Au-delà de certaines dates qui s'improvisent jours fériés au dernier moment, l'agenda malgache comporte un incontournable 14 juillet en la Résidence de France à Antananarivo. La délégation officielle malgache avait déjà pu y comporter le Chef du Gouvernement et une pléthore de ministres. Il faut sans doute mettre cette grande marque d'attentions particulières, et singulières, sur le compte de la parenthèse 1896-1960 qui a fait de la France notre « étrangère intime ».
Un 14 juillet mondain et psychanalytique quand on accepte d'éventuellement se retrouver dans l'embarras de remontrances, entre diplomatie d'égal à égal et conditionnalités de « PTF ». Mais, les nationaux ne peuvent en vouloir qu'aux dirigeants successifs de la République malgache: le pays d'avenir des années 1960 est devenu celui d'un plus-qu-imparfait du conditionnel improbable. Une conjugaison tout bonnement hors du temps.
Quand ce n'est pas un dessins-animés, qu'une énième décision saugrenue voudrait copier-coller par l'importation des personnages animaliers exotiques depuis l'Afrique, Madagascar incarne les sécheresses qui succèdent aux cyclones, une extrême pauvreté tout aussi endémique qu'une fabuleuse biodiversité menacée d'extinction, un sous-sol riches de promesses mirifiques alors que la monnaie nationale sombre à 5000 Ariary pour un Euro, sans doute pour se mettre au diapason du milliard de Francs malgaches (FMG) exigé pour se présenter à l'élection présidentielle.

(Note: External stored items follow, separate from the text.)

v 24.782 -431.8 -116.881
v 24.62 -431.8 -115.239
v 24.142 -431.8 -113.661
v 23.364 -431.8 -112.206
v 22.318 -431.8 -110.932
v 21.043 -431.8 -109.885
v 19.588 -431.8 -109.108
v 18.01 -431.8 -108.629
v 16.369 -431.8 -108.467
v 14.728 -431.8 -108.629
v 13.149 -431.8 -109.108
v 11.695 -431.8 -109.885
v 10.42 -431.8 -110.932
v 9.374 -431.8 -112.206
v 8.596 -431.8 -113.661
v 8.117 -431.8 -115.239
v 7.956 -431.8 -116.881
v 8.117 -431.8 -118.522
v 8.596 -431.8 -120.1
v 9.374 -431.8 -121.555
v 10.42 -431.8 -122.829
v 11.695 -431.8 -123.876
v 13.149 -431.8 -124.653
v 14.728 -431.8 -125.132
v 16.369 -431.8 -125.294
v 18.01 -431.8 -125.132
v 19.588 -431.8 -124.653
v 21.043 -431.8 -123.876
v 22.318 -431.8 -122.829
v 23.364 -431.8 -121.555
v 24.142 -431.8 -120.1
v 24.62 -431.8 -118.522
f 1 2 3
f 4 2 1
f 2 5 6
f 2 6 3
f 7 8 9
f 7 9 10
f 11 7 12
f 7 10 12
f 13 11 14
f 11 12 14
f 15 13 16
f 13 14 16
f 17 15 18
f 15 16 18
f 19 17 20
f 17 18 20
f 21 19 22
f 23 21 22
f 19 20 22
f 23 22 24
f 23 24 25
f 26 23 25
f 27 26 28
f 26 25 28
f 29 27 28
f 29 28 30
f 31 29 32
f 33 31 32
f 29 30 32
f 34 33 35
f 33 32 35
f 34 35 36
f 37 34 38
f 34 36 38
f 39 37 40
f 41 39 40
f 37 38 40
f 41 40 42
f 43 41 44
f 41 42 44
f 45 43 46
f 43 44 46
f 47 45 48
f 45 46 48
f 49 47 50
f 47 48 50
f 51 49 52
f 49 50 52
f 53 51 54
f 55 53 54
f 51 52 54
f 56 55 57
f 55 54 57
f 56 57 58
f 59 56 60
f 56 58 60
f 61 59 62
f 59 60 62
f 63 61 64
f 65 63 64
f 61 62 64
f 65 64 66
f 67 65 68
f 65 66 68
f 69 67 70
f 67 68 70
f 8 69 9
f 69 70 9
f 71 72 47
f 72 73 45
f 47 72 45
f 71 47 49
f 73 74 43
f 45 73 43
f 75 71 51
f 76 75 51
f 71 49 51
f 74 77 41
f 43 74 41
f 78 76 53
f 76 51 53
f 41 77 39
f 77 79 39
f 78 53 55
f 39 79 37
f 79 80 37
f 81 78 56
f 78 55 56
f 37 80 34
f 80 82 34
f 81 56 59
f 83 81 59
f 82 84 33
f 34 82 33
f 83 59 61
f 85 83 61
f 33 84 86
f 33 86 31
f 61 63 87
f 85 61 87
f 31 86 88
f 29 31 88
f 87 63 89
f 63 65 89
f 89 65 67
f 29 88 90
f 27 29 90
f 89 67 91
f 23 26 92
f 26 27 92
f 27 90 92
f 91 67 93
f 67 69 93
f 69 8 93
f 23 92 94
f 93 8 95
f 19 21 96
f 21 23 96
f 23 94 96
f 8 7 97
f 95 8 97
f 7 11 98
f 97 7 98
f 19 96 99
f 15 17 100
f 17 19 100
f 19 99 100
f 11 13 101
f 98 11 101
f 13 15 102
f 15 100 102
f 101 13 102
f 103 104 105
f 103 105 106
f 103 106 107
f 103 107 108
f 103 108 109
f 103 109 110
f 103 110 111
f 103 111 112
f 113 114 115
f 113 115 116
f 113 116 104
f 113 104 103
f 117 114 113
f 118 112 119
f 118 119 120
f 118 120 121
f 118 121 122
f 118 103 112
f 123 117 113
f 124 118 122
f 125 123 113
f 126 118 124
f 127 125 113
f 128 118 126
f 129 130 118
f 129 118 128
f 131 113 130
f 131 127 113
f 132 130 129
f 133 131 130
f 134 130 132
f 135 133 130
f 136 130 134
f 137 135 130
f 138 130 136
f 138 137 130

La clochardise d'État déroule le scénario d'un long feuilleton aux multiples épisodes d'aides budgétaires et d'assistance financière étrangère aux scrutins censément de souveraineté nationale.
Les dirigeants, qui préféraient déjà une évacuation sanitaire à l'étranger plutôt que de faire confiance à une santé publique qu'ils savent défaillante pour l'avoir eux-mêmes abandonnée, demandent également désormais un passeport étranger fort parce que le passeport malgache permet tout juste de s'échapper d'un tiers-monde qu'aucune promesse présidentielle n'aura permis d'exorciser.
Les 20 jours entre le 26 juin, célébration du retour de l'indépendance, et le 14 juillet, confrontation schizophrénique avec le miroir de soi dans le regard de l'Étranger intime, ménagent une autre parenthèse ambiguë dans cet agenda malgache, « fotoan-gasy », hors du temps.